Write out exactly, with no other output, the lines below from the one that contains "#167=AXIS2_PLACEMENT_3D('',#133,#93,#57);" through the end.

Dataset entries
-*-
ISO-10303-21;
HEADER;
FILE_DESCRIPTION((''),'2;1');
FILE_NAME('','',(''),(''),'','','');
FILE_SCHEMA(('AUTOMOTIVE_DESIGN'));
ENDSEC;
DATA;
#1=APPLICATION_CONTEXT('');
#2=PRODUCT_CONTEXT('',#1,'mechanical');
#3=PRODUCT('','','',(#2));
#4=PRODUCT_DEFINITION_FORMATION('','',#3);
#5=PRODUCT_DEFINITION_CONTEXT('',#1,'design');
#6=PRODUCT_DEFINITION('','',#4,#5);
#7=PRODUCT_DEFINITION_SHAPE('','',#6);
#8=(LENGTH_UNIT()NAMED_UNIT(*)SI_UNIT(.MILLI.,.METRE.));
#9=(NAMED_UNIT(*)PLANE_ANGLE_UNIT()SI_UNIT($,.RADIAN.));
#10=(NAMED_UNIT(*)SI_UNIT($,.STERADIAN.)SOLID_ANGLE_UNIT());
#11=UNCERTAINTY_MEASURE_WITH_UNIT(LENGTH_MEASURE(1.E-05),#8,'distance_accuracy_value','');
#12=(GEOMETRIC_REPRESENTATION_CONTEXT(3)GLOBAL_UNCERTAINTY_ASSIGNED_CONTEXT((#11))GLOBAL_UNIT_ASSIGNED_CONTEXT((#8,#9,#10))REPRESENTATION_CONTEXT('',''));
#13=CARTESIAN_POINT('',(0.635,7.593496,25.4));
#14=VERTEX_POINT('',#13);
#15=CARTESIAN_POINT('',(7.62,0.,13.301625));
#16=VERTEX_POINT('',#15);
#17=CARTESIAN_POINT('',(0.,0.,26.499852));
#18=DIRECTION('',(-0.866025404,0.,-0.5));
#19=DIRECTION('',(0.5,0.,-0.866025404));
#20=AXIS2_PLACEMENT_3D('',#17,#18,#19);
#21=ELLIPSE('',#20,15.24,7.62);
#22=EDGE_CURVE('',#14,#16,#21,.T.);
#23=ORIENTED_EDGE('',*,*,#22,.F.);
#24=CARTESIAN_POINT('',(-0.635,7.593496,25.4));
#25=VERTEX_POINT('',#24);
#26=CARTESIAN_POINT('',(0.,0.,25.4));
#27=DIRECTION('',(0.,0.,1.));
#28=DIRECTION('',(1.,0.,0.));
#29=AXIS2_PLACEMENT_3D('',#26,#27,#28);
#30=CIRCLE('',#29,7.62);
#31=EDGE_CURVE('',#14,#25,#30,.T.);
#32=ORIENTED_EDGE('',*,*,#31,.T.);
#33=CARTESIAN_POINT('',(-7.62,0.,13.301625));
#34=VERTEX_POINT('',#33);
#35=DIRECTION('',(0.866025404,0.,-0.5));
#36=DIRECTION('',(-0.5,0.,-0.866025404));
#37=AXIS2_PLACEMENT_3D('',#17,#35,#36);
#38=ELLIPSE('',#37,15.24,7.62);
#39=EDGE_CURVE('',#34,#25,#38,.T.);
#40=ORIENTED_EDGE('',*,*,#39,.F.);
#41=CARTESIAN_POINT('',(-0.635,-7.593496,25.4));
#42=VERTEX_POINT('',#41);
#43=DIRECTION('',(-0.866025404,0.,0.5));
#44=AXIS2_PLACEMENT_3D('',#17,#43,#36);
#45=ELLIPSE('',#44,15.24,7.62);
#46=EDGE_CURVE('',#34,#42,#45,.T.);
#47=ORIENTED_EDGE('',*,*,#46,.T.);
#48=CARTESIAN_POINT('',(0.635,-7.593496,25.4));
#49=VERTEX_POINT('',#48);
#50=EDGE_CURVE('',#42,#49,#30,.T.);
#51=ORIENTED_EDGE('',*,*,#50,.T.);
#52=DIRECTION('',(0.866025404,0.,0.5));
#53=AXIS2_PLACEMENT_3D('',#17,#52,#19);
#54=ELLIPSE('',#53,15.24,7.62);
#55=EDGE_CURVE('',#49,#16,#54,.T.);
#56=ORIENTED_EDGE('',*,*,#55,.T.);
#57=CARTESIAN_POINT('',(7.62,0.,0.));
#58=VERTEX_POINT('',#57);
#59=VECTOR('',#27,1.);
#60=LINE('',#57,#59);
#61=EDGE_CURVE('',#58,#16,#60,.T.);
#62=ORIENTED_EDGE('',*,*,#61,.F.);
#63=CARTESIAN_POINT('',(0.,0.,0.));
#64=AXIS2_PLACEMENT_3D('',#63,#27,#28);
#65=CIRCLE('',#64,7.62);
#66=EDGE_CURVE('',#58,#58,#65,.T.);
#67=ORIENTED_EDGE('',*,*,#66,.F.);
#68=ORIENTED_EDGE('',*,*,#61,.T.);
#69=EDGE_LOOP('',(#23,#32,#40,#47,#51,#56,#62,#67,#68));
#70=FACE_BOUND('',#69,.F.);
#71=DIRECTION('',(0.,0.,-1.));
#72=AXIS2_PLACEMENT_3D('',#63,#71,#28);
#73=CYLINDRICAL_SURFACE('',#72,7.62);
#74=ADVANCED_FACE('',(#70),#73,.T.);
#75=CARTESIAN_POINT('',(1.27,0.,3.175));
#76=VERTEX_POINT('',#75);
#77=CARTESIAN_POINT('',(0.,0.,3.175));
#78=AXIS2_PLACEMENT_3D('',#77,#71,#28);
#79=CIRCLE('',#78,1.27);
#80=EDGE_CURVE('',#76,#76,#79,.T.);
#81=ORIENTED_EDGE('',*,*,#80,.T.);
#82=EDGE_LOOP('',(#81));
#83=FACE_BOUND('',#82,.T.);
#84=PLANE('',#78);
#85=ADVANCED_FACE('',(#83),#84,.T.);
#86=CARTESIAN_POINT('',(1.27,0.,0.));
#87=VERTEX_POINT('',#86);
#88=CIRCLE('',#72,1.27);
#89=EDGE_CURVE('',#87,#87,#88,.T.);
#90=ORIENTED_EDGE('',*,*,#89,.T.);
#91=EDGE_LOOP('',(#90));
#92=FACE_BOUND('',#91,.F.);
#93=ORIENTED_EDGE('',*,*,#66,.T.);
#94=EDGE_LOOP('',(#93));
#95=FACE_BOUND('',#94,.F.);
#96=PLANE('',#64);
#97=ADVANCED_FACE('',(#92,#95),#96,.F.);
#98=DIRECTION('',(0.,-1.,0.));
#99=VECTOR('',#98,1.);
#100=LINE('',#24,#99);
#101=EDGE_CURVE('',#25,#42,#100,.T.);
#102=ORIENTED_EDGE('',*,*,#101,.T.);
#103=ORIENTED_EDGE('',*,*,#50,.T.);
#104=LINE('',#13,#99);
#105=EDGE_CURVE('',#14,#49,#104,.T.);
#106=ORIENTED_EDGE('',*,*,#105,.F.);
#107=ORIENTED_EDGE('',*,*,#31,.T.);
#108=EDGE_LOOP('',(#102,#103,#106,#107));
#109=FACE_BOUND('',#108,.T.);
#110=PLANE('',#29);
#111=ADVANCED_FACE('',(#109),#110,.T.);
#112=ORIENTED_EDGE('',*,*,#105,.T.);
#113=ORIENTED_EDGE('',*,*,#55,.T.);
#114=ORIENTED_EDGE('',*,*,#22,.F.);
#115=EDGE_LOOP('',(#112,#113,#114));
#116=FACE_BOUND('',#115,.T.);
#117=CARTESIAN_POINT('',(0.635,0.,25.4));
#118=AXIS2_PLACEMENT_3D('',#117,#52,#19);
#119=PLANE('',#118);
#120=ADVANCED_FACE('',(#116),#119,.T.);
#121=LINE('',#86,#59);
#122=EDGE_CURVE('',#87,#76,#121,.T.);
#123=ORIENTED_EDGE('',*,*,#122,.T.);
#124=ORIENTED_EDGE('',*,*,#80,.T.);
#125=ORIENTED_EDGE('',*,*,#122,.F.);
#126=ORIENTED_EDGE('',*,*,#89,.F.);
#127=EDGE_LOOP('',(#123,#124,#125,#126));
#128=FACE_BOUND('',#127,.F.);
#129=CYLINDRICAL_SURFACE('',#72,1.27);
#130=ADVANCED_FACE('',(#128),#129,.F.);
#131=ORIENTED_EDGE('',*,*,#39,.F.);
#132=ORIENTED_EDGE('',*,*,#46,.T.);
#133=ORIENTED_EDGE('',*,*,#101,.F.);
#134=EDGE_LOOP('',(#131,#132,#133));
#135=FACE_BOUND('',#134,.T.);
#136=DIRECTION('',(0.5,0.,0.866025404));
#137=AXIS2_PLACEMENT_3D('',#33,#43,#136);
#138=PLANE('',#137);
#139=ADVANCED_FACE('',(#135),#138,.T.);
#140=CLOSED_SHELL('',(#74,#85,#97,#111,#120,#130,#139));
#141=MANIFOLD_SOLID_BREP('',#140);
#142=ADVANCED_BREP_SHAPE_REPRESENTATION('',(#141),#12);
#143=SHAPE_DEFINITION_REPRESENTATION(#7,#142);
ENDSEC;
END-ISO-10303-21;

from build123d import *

# Parameters (mm, degrees)
F0_R          = 7.62
F1_DEPTH      = 25.4
F3_DEPTH      = 7.621
F3_DEPTH_BACK = 7.621
F4_R          = 1.27
F5_DEPTH      = 3.175


with BuildPart() as f1:
    # F0 (on Top) → F1 (new body)
    with BuildSketch(Plane.XY):
        Circle(F0_R)
    extrude(amount=F1_DEPTH)

    # F2 (on Front) → F3 (cut, two sides)
    with BuildSketch(Plane.XZ) as f3_sk:
        Polygon((-7.62, 36.5128359933), (-7.62, 13.3016251091), (-0.635, 25.4), (0, 26.4998522628), (0.635, 25.4), (7.62, 13.3016251091), (7.62, 36.5128359933), align=None)
        Polygon((0, 26.4998522628), (-0.635, 25.4), (0.635, 25.4), align=None)
    extrude(amount=-F3_DEPTH, mode=Mode.SUBTRACT)
    extrude(f3_sk.sketch, amount=F3_DEPTH_BACK, mode=Mode.SUBTRACT)

    # F4 (on face) → F5 (cut)
    with BuildSketch(Plane(origin=(0, 0, 0), x_dir=(1, 0, 0), z_dir=(0, 0, -1))):
        Circle(F4_R)
    extrude(amount=-F5_DEPTH, mode=Mode.SUBTRACT)


solid = f1.part
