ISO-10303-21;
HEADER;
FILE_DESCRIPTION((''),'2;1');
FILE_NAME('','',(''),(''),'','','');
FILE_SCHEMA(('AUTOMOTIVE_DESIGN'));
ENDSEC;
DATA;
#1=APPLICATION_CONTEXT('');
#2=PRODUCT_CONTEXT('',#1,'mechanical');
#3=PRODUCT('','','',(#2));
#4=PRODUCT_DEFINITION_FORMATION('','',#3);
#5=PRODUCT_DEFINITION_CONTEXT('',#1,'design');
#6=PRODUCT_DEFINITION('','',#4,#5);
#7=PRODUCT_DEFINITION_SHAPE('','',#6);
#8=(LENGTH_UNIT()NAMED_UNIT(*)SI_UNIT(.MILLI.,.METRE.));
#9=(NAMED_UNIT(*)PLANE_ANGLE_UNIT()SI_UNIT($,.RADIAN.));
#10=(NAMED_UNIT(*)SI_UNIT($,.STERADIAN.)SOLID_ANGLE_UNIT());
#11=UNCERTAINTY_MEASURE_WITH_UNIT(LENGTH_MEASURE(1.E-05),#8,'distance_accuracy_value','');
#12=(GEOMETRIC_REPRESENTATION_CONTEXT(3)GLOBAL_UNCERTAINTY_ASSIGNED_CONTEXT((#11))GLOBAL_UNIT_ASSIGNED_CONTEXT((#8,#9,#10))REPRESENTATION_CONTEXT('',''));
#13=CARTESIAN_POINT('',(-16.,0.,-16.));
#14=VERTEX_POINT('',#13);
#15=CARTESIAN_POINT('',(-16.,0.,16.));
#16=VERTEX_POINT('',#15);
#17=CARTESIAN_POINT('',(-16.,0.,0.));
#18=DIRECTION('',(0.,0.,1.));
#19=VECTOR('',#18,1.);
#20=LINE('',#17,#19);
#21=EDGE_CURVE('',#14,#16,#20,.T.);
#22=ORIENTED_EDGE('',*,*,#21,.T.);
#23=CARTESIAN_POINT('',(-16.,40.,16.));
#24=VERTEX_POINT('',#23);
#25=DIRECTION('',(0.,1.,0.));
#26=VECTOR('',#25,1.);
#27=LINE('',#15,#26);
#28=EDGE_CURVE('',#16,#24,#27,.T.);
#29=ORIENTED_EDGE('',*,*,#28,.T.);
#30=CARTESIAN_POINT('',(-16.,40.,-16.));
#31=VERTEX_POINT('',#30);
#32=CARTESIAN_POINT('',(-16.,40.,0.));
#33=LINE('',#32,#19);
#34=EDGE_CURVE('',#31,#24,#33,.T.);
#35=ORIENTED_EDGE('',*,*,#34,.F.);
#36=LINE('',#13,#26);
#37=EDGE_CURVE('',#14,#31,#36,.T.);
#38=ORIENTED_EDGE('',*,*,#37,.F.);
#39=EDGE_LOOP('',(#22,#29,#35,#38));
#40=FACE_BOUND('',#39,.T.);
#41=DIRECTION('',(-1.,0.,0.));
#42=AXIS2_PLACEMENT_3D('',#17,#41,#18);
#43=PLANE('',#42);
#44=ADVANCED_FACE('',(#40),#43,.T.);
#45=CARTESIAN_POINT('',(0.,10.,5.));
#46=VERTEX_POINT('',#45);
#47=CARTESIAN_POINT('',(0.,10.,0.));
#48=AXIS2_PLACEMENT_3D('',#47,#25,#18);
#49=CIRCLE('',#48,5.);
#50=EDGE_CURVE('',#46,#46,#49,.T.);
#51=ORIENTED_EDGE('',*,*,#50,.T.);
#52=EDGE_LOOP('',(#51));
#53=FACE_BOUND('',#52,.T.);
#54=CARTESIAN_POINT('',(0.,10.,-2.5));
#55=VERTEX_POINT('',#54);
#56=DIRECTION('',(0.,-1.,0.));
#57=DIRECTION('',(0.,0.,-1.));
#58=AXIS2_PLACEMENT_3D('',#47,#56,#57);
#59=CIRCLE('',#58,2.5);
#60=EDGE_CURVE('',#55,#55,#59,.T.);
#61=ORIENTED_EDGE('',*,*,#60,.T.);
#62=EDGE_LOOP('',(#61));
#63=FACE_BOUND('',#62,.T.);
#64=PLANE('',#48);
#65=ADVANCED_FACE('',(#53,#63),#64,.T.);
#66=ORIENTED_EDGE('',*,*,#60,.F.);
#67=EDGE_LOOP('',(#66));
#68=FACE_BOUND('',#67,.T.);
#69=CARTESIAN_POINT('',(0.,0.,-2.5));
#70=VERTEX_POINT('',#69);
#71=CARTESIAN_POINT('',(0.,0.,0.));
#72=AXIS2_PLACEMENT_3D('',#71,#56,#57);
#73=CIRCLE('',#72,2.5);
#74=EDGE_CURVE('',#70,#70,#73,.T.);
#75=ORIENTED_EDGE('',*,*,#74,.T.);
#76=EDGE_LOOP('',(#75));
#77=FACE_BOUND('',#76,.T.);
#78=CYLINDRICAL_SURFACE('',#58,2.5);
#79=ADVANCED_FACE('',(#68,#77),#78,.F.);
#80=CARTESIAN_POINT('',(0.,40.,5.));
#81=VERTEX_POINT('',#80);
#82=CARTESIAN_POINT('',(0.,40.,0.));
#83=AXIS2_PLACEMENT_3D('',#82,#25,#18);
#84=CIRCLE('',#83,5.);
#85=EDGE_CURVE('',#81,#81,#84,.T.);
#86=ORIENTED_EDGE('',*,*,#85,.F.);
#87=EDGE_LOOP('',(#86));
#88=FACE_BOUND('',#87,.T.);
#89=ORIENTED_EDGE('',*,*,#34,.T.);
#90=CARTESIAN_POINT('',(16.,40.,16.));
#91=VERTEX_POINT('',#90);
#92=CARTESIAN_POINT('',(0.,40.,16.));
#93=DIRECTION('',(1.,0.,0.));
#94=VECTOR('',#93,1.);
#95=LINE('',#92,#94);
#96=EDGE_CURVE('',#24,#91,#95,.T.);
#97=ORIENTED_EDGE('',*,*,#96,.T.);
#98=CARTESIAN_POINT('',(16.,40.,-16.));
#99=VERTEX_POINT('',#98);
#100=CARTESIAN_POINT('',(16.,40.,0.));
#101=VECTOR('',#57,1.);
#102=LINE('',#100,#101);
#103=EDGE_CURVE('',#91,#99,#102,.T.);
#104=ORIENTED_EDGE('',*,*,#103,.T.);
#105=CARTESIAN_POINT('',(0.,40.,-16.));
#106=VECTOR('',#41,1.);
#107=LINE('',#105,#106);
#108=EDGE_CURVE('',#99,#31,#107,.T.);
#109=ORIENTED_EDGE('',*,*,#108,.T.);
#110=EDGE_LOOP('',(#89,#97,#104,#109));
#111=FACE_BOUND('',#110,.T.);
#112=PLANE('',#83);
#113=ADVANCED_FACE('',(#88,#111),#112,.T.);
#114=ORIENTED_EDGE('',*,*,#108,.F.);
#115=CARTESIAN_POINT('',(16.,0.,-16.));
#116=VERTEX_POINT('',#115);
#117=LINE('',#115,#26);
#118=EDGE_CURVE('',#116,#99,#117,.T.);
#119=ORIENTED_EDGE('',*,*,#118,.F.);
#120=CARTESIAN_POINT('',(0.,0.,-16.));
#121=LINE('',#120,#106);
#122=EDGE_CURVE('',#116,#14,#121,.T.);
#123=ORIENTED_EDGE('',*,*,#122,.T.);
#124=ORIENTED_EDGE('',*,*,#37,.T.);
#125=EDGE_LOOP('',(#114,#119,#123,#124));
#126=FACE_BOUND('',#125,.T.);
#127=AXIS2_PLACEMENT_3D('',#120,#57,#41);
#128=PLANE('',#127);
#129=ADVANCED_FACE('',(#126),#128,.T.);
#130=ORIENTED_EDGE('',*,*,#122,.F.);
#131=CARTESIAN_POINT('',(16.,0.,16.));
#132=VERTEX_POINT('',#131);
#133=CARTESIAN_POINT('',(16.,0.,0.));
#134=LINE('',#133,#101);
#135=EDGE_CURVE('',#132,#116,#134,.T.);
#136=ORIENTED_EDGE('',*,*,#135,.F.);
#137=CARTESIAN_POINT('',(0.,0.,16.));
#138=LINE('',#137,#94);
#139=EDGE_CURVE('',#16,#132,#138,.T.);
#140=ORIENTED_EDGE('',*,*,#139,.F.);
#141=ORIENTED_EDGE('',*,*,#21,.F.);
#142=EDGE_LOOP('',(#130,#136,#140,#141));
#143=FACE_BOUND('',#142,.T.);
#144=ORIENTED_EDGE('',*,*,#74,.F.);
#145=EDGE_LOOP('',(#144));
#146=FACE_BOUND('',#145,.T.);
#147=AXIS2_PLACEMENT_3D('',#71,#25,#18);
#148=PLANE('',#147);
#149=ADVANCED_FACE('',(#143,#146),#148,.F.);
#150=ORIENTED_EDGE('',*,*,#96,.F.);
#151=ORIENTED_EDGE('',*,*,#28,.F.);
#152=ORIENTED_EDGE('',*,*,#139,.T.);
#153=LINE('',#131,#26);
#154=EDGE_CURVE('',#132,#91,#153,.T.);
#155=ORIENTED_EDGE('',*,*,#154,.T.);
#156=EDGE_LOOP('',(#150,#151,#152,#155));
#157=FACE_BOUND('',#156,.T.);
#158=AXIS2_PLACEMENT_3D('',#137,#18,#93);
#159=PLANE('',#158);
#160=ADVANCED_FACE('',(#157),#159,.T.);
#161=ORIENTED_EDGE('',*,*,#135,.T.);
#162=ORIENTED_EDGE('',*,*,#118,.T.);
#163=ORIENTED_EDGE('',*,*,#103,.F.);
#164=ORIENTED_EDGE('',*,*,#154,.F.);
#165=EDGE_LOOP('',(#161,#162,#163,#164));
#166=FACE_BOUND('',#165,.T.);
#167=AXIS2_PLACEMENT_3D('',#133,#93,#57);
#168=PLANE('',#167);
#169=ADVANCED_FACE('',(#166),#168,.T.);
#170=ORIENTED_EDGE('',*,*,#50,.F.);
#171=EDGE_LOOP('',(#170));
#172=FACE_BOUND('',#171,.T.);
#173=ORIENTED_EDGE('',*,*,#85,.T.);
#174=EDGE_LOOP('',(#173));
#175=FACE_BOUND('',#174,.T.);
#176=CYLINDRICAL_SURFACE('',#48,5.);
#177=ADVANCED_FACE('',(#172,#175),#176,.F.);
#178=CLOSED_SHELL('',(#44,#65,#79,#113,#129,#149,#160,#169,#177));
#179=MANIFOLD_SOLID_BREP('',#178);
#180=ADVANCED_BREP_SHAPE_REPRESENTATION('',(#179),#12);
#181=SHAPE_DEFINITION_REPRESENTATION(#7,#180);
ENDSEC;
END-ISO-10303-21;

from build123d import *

# Parameters (mm, degrees)
SKETCH_1_R          = 6
EXTRUDE_1_DEPTH     = 40
SKETCH_2_R          = 5
CUT_EXTRUDE_2_DEPTH = 30
SKETCH_3_R          = 2.5
CUT_EXTRUDE_4_DEPTH = 10
SKETCH_5_R          = 16
SKETCH_5_R_2        = 6
EXTRUDE_1_2_DEPTH   = 40
SKETCH_6_W          = 32
SKETCH_6_H          = 32
SKETCH_6_W_2        = 12
SKETCH_6_H_2        = 12
EXTRUDE_2_DEPTH     = 40


with BuildPart() as part:
    # 草圖1 → Extrude 1 (new body)
    with BuildSketch(Plane(origin=(0, 0, 0), x_dir=(1, 0, 0), z_dir=(0, 1, 0))):
        with Locations(Location((0, 0, 0), (0, 0, 270))):
            Circle(SKETCH_1_R)
    extrude(amount=EXTRUDE_1_DEPTH)

    # 草圖2 → 除料-伸長2 (cut)
    with BuildSketch(Plane(origin=(0, 40, 0), x_dir=(1, 0, 0), z_dir=(0, 1, 0))):
        with Locations(Location((0, 0, 0), (0, 0, 270))):
            Circle(SKETCH_2_R)
    extrude(amount=-CUT_EXTRUDE_2_DEPTH, mode=Mode.SUBTRACT)

    # 草圖3 → 除料-伸長4 (cut)
    with BuildSketch(Plane.XZ):
        with Locations(Location((0, 0, 0), (0, 0, 270))):
            Circle(SKETCH_3_R)
    extrude(amount=-CUT_EXTRUDE_4_DEPTH, mode=Mode.SUBTRACT)

    # 草圖5 → Extrude 1 2 (add)
    with BuildSketch(Plane(origin=(0, 0, 0), x_dir=(1, 0, 0), z_dir=(0, 1, 0))):
        Circle(SKETCH_5_R)
        Circle(SKETCH_5_R_2, mode=Mode.SUBTRACT)
    extrude(amount=EXTRUDE_1_2_DEPTH)

    # 草圖6 → 伸長-薄件2 (add)
    with BuildSketch(Plane(origin=(0, 40, 0), x_dir=(1, 0, 0), z_dir=(0, 1, 0))):
        Rectangle(SKETCH_6_W, SKETCH_6_H)
        Rectangle(SKETCH_6_W_2, SKETCH_6_H_2, mode=Mode.SUBTRACT)
    extrude(amount=-EXTRUDE_2_DEPTH)


solid = part.part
-*-
Solved problem
#167=AXIS2_PLACEMENT_3D('',#133,#93,#57);
#168=PLANE('',#167);
#169=ADVANCED_FACE('',(#166),#168,.T.);
#170=ORIENTED_EDGE('',*,*,#50,.F.);
#171=EDGE_LOOP('',(#170));
#172=FACE_BOUND('',#171,.T.);
#173=ORIENTED_EDGE('',*,*,#85,.T.);
#174=EDGE_LOOP('',(#173));
#175=FACE_BOUND('',#174,.T.);
#176=CYLINDRICAL_SURFACE('',#48,5.);
#177=ADVANCED_FACE('',(#172,#175),#176,.F.);
#178=CLOSED_SHELL('',(#44,#65,#79,#113,#129,#149,#160,#169,#177));
#179=MANIFOLD_SOLID_BREP('',#178);
#180=ADVANCED_BREP_SHAPE_REPRESENTATION('',(#179),#12);
#181=SHAPE_DEFINITION_REPRESENTATION(#7,#180);
ENDSEC;
END-ISO-10303-21;

from build123d import *

# Parameters (mm, degrees)
SKETCH_1_R          = 6
EXTRUDE_1_DEPTH     = 40
SKETCH_2_R          = 5
CUT_EXTRUDE_2_DEPTH = 30
SKETCH_3_R          = 2.5
CUT_EXTRUDE_4_DEPTH = 10
SKETCH_5_R          = 16
SKETCH_5_R_2        = 6
EXTRUDE_1_2_DEPTH   = 40
SKETCH_6_W          = 32
SKETCH_6_H          = 32
SKETCH_6_W_2        = 12
SKETCH_6_H_2        = 12
EXTRUDE_2_DEPTH     = 40


with BuildPart() as part:
    # 草圖1 → Extrude 1 (new body)
    with BuildSketch(Plane(origin=(0, 0, 0), x_dir=(1, 0, 0), z_dir=(0, 1, 0))):
        with Locations(Location((0, 0, 0), (0, 0, 270))):
            Circle(SKETCH_1_R)
    extrude(amount=EXTRUDE_1_DEPTH)

    # 草圖2 → 除料-伸長2 (cut)
    with BuildSketch(Plane(origin=(0, 40, 0), x_dir=(1, 0, 0), z_dir=(0, 1, 0))):
        with Locations(Location((0, 0, 0), (0, 0, 270))):
            Circle(SKETCH_2_R)
    extrude(amount=-CUT_EXTRUDE_2_DEPTH, mode=Mode.SUBTRACT)

    # 草圖3 → 除料-伸長4 (cut)
    with BuildSketch(Plane.XZ):
        with Locations(Location((0, 0, 0), (0, 0, 270))):
            Circle(SKETCH_3_R)
    extrude(amount=-CUT_EXTRUDE_4_DEPTH, mode=Mode.SUBTRACT)

    # 草圖5 → Extrude 1 2 (add)
    with BuildSketch(Plane(origin=(0, 0, 0), x_dir=(1, 0, 0), z_dir=(0, 1, 0))):
        Circle(SKETCH_5_R)
        Circle(SKETCH_5_R_2, mode=Mode.SUBTRACT)
    extrude(amount=EXTRUDE_1_2_DEPTH)

    # 草圖6 → 伸長-薄件2 (add)
    with BuildSketch(Plane(origin=(0, 40, 0), x_dir=(1, 0, 0), z_dir=(0, 1, 0))):
        Rectangle(SKETCH_6_W, SKETCH_6_H)
        Rectangle(SKETCH_6_W_2, SKETCH_6_H_2, mode=Mode.SUBTRACT)
    extrude(amount=-EXTRUDE_2_DEPTH)


solid = part.part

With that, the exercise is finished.